Local Ca²⁺ signals evoked in SH-SY5Y cells following photorelease of i-IP₃. (A) Representative fluorescence traces recorded from 3 puff sites monitored by TIRF microscopy. The records include long baseline sections before a strong (40 ms) photolysis flash (arrow), demonstrating a lack of basal spontaneous activity. Traces show fluorescence ratio changes (ΔF/F₀) of fluo-4, monitored from 3 × 3 pixel (1 × 1 µm) regions of interest. (B) TIRF image shows resting fluorescence of a single fluo-4-loaded SH-SY5Y cell. Circles mark all sites where Ca²⁺ signals were evident following photorelease of i-IP₃. Traces show fluorescence ratio signals (ΔF/F₀) measured from each of the numbered sites marked on the cell image. Asterisks indicate the time of a weak (35 ms) photolysis flash. The inset box shows a single blip at site #14 on enlarged scales.

Fig. 2

Puffs evoked at short latencies following photorelease of i-IP₃ involve similar or greater numbers of IP₃R channels than puffs at longer latencies. (A) Representative fluorescence trace (ΔF/F₀) depicting the first 4 events evoked at a single site following a UV flash. Lower trace shows the first two events (highlighted grey) shown on an expanded time scale showing stepwise transitions in Ca²⁺ fluorescence at approximate multiples of the unitary event level (grey arrows). Solid bars underneath each trace indicate the duration of the UV flashes. (B, C), Plots show peak puff amplitudes as a function of time after onset of the photolysis flash for strong and weak photolysis strengths, respectively. Filled squares denote the amplitude of the first event at each site, with subsequent events at those sites shown as hollow squares. Lines are regression fits to data on semi-logarithmic axes.

Fig. 3

Ca²⁺ signals evoked by photorelease of i-IP₃ in HeLa (A) and rat type I cortical astrocytes (B), recorded with single-channel resolution. The traces at the top show representative events displaying step-wise transitions in Ca²⁺ fluorescence. Signals in both of these cell types were on average smaller than in SH-SY5Y cells, and fewer step levels were evident.
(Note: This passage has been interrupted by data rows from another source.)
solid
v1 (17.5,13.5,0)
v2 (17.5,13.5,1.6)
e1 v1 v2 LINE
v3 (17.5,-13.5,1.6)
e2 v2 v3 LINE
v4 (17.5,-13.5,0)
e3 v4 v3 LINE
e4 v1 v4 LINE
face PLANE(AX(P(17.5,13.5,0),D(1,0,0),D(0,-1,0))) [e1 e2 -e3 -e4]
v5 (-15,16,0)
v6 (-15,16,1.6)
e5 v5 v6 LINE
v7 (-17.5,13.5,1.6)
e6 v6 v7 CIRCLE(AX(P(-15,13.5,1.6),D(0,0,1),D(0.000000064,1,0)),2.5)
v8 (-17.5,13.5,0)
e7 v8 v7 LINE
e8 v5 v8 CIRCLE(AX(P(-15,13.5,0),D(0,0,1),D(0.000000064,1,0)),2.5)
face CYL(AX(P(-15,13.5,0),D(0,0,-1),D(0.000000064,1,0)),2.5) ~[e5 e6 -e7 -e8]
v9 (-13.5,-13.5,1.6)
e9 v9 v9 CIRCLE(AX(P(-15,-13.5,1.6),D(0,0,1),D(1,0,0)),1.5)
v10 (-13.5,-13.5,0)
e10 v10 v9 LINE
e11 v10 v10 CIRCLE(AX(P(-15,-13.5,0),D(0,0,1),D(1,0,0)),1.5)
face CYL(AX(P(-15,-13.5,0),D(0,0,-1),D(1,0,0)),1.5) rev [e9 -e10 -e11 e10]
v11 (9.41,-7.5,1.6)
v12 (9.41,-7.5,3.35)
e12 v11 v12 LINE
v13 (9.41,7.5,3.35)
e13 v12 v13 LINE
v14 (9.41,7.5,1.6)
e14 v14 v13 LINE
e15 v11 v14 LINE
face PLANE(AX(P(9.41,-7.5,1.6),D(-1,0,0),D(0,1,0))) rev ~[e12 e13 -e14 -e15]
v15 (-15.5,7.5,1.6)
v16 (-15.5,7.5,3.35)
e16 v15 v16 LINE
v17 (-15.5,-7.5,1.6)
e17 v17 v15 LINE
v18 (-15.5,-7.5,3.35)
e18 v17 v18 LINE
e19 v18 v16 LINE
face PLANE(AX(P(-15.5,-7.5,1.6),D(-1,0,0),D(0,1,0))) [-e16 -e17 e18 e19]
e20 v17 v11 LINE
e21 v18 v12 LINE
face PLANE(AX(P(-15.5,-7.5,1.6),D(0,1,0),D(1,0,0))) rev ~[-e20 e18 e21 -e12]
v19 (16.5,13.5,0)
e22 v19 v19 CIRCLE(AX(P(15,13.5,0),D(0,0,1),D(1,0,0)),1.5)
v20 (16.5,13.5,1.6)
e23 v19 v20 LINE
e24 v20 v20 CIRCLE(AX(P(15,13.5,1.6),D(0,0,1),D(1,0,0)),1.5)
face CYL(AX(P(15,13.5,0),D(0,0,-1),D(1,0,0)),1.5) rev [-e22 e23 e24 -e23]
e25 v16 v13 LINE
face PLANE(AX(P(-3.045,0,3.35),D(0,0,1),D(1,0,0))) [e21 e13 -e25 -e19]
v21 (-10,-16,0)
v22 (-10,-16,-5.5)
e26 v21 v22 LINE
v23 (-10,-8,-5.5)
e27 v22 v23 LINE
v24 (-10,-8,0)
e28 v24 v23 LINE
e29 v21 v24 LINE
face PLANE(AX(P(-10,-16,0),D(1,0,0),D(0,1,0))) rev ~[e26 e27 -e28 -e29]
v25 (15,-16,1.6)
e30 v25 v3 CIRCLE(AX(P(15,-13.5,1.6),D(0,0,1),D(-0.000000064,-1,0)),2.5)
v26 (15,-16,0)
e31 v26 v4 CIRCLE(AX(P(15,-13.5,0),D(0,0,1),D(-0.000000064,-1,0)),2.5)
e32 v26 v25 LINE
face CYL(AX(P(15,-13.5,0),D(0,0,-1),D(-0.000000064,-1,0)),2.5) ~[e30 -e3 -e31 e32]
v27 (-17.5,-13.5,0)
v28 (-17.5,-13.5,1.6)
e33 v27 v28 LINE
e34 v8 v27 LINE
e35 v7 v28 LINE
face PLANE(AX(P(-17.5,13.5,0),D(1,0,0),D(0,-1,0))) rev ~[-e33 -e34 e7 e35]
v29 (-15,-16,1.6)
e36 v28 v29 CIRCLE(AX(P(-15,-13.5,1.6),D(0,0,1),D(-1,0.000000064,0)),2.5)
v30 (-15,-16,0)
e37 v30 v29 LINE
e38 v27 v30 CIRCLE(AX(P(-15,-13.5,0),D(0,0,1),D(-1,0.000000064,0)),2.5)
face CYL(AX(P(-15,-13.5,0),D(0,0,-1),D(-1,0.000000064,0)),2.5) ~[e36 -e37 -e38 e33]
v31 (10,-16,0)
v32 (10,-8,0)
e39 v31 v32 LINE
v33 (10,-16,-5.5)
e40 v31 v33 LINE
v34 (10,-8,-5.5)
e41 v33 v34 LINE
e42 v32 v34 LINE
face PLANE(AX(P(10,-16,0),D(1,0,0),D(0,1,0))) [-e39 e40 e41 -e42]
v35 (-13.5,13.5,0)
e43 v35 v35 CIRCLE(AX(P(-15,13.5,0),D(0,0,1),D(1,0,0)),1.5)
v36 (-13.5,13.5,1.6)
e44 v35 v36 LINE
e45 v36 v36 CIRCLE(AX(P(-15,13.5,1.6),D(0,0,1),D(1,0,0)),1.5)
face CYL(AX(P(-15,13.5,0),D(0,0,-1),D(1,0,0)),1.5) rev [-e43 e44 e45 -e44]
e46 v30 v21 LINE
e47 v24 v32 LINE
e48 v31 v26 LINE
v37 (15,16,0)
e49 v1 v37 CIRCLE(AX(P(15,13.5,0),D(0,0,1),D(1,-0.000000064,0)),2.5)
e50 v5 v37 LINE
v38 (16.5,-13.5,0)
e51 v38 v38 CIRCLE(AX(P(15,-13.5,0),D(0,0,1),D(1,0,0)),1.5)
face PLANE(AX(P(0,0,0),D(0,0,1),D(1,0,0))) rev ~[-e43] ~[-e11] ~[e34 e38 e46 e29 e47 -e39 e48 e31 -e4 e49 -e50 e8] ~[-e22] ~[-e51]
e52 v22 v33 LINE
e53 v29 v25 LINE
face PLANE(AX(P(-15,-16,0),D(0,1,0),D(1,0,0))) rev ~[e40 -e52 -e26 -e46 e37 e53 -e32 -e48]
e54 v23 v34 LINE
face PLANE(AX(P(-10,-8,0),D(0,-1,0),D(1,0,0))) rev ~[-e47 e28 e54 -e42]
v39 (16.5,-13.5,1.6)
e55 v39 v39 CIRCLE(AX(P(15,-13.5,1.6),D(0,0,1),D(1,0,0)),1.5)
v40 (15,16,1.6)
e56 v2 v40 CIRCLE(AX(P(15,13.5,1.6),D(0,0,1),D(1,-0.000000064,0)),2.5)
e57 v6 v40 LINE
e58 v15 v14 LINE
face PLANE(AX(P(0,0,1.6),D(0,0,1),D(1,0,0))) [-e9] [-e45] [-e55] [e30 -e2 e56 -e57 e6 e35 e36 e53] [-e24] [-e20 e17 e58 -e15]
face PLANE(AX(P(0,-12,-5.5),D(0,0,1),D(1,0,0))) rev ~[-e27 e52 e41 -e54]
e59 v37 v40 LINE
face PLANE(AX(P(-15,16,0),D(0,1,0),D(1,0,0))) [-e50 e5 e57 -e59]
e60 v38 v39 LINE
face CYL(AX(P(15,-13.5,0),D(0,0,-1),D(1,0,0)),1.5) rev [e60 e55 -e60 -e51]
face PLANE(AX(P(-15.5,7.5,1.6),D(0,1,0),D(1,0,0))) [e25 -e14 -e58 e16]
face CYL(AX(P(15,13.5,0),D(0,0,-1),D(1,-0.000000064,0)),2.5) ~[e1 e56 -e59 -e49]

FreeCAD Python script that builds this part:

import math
import FreeCAD as App
import Part
import Sketcher

doc = App.newDocument("Part")
body = doc.addObject("PartDesign::Body", "Body")

# Sketch on XY plane
sketch1 = body.newObject("Sketcher::SketchObject", "Sketch")
sketch1.AttachmentSupport = (doc.getObject("XY_Plane"), [""])
sketch1.MapMode = "FlatFace"
sketch1.addGeometry([
    Part.ArcOfCircle(Part.Circle(App.Vector(-15, 13.5, 0), App.Vector(0, 0, 1), 2.5), math.radians(90), math.radians(180)),  # 0
    Part.LineSegment(App.Vector(-17.5, 13.5, 0), App.Vector(-17.5, -13.5, 0)),  # 1
    Part.ArcOfCircle(Part.Circle(App.Vector(-15, -13.5, 0), App.Vector(0, 0, 1), 2.5), math.radians(180), math.radians(270)),  # 2
    Part.LineSegment(App.Vector(-15, -16, 0), App.Vector(15, -16, 0)),  # 3
    Part.ArcOfCircle(Part.Circle(App.Vector(15, -13.5, 0), App.Vector(0, 0, 1), 2.5), math.radians(-90), math.radians(0)),  # 4
    Part.LineSegment(App.Vector(17.5, -13.5, 0), App.Vector(17.5, 13.5, 0)),  # 5
    Part.ArcOfCircle(Part.Circle(App.Vector(15, 13.5, 0), App.Vector(0, 0, 1), 2.5), math.radians(0), math.radians(90)),  # 6
    Part.LineSegment(App.Vector(15, 16, 0), App.Vector(-15, 16, 0)),  # 7
    Part.Circle(App.Vector(-15, -13.5, 0), App.Vector(0, 0, 1), 1.5),  # 8
    Part.Circle(App.Vector(15, -13.5, 0), App.Vector(0, 0, 1), 1.5),  # 9
    Part.Circle(App.Vector(-15, 13.5, 0), App.Vector(0, 0, 1), 1.5),  # 10
    Part.Circle(App.Vector(15, 13.5, 0), App.Vector(0, 0, 1), 1.5),  # 11
], False)
sketch1.addConstraint([
    Sketcher.Constraint("Tangent", 0, 2, 1, 1),
    Sketcher.Constraint("Tangent", 1, 2, 2, 1),
    Sketcher.Constraint("Tangent", 2, 2, 3, 1),
    Sketcher.Constraint("Tangent", 3, 2, 4, 1),
    Sketcher.Constraint("Tangent", 4, 2, 5, 1),
    Sketcher.Constraint("Tangent", 5, 2, 6, 1),
    Sketcher.Constraint("Tangent", 6, 2, 7, 1),
    Sketcher.Constraint("Tangent", 7, 2, 0, 1),
    Sketcher.Constraint("Vertical", 1),
    Sketcher.Constraint("Horizontal", 3),
    Sketcher.Constraint("Vertical", 5),
    Sketcher.Constraint("Horizontal", 7),
    Sketcher.Constraint("Coincident", 8, 3, 2, 3),
    Sketcher.Constraint("Coincident", 9, 3, 4, 3),
    Sketcher.Constraint("Coincident", 10, 3, 0, 3),
    Sketcher.Constraint("Coincident", 11, 3, 6, 3),
    Sketcher.Constraint("Equal", 0, 2),
    Sketcher.Constraint("Equal", 2, 4),
    Sketcher.Constraint("Equal", 4, 6),
    Sketcher.Constraint("Equal", 8, 9),
    Sketcher.Constraint("Equal", 9, 10),
    Sketcher.Constraint("Equal", 10, 11),
    Sketcher.Constraint("Symmetric", 0, 3, 4, 3, -1, 1),
    Sketcher.Constraint("Diameter", 8, 3.0),
    Sketcher.Constraint("Radius", 0, 2.5),
    Sketcher.Constraint("DistanceX", 3, 1, 3, 2, 30.0),
    Sketcher.Constraint("DistanceY", 1, 2, 1, 1, 27.0),
])
pad1 = body.newObject("PartDesign::Pad", "Pad")
pad1.Profile = sketch1
pad1.Length = 1.6

# Sketch on XY plane
sketch2 = body.newObject("Sketcher::SketchObject", "Sketch001")
sketch2.AttachmentSupport = (doc.getObject("XY_Plane"), [""])
sketch2.MapMode = "FlatFace"
sketch2.AttachmentOffset = App.Placement(App.Vector(0, 0, 1.6), App.Rotation())
sketch2.addGeometry([
    Part.LineSegment(App.Vector(-16, 8, 0), App.Vector(-16, -8, 0)),
    Part.LineSegment(App.Vector(-16, -8, 0), App.Vector(9, -8, 0)),
    Part.LineSegment(App.Vector(9, -8, 0), App.Vector(9, 8, 0)),
    Part.LineSegment(App.Vector(9, 8, 0), App.Vector(-16, 8, 0)),
], False)
sketch2.addConstraint([
    Sketcher.Constraint("Coincident", 0, 2, 1, 1),
    Sketcher.Constraint("Coincident", 1, 2, 2, 1),
    Sketcher.Constraint("Coincident", 2, 2, 3, 1),
    Sketcher.Constraint("Coincident", 3, 2, 0, 1),
    Sketcher.Constraint("Vertical", 0),
    Sketcher.Constraint("Horizontal", 1),
    Sketcher.Constraint("Vertical", 2),
    Sketcher.Constraint("Horizontal", 3),
    Sketcher.Constraint("DistanceY", 0, 2, 0, 1, 15.0),
    Sketcher.Constraint("DistanceX", 1, 1, 1, 2, 24.91),
    Sketcher.Constraint("DistanceX", 0, 2, -1, 1, 15.5),
    Sketcher.Constraint("DistanceY", 0, 2, -1, 1, 7.5),
])
pad2 = body.newObject("PartDesign::Pad", "Pad001")
pad2.Profile = sketch2
pad2.Length = 1.75

# Sketch on XY plane
sketch3 = body.newObject("Sketcher::SketchObject", "Sketch002")
sketch3.AttachmentSupport = (doc.getObject("XY_Plane"), [""])
sketch3.MapMode = "FlatFace"
sketch3.addGeometry([
    Part.LineSegment(App.Vector(-10, -8, 0), App.Vector(-10, -16, 0)),
    Part.LineSegment(App.Vector(-10, -16, 0), App.Vector(10, -16, 0)),
    Part.LineSegment(App.Vector(10, -16, 0), App.Vector(10, -8, 0)),
    Part.LineSegment(App.Vector(10, -8, 0), App.Vector(-10, -8, 0)),
], False)
sketch3.addConstraint([
    Sketcher.Constraint("Coincident", 0, 2, 1, 1),
    Sketcher.Constraint("Coincident", 1, 2, 2, 1),
    Sketcher.Constraint("Coincident", 2, 2, 3, 1),
    Sketcher.Constraint("Coincident", 3, 2, 0, 1),
    Sketcher.Constraint("Vertical", 0),
    Sketcher.Constraint("Horizontal", 1),
    Sketcher.Constraint("Vertical", 2),
    Sketcher.Constraint("Horizontal", 3),
    Sketcher.Constraint("DistanceX", 1, 1, 1, 2, 20.0),
    Sketcher.Constraint("DistanceY", 0, 2, 0, 1, 8.0),
    Sketcher.Constraint("DistanceX", 0, 2, -1, 1, 10.0),
    Sketcher.Constraint("DistanceY", 0, 2, -1, 1, 16.0),
])
pad3 = body.newObject("PartDesign::Pad", "Pad002")
pad3.Profile = sketch3
pad3.Length = 5.5
pad3.Reversed = True

doc.recompute()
Plots show peak amplitudes of first (filled squares) and subsequent (open squares) events as functions of time after a strong (40 ms) photolysis flash. Lines are regressions to data on semi-logarithmic axes.

Fig. 4

Lack of motility of single IP₃Rs. (A) Representative trace showing activity from an apparent ‘lone’ IP₃R following a (200 ms) photolysis flash (asterisk). Fluorescence was measured from a 1 µm square region of interest. (B), The image shows resting fluorescence of a single fluo-4-loaded SH-SY5Y cell, with the locations of all sites showing puffs (multi-channel signals) marked by circles, and with the site from which the trace in A was obtained marked by the box. The inset shows a scatter plot of mean centroid positions (error bars = ± 1SEM) of Ca²⁺ fluorescence during each of the discrete openings (blips) in the trace in A. (C) Bar graph shows the numbers of blips occurring during successive 2s intervals following photorelease of i-IP₃, derived from 15 sites that displayed exclusively single channel activity.

Fig. 5

Modeling cluster formation by a diffusive trap mechanism. Graphs show the numbers of IP₃Rs clustered at each of 7 puff sites in a simulated cell (colored step-wise lines), and the mean number of IP₃Rs per cluster (black curves; average of 50 simulations, 350 puff sites) as functions of time. The simulations model diffusion within a 2-dimensional rectangular cell (10 × 20 µm) in which N IP₃Rs are initially distributed at random and subsequently diffuse with diffusion coefficient D. Seven 'anchoring' sites with diameter L represent puff sites, to which IP₃Rs adhere after colliding. Panels show simulations with the following respective values of D (µm² s⁻¹), N and L (nm) : (A) 0.1, 100, 20; (B) 0,1, 100, 300; (C) 0.1, 1000, 20; (D) 0.03, 100, 20.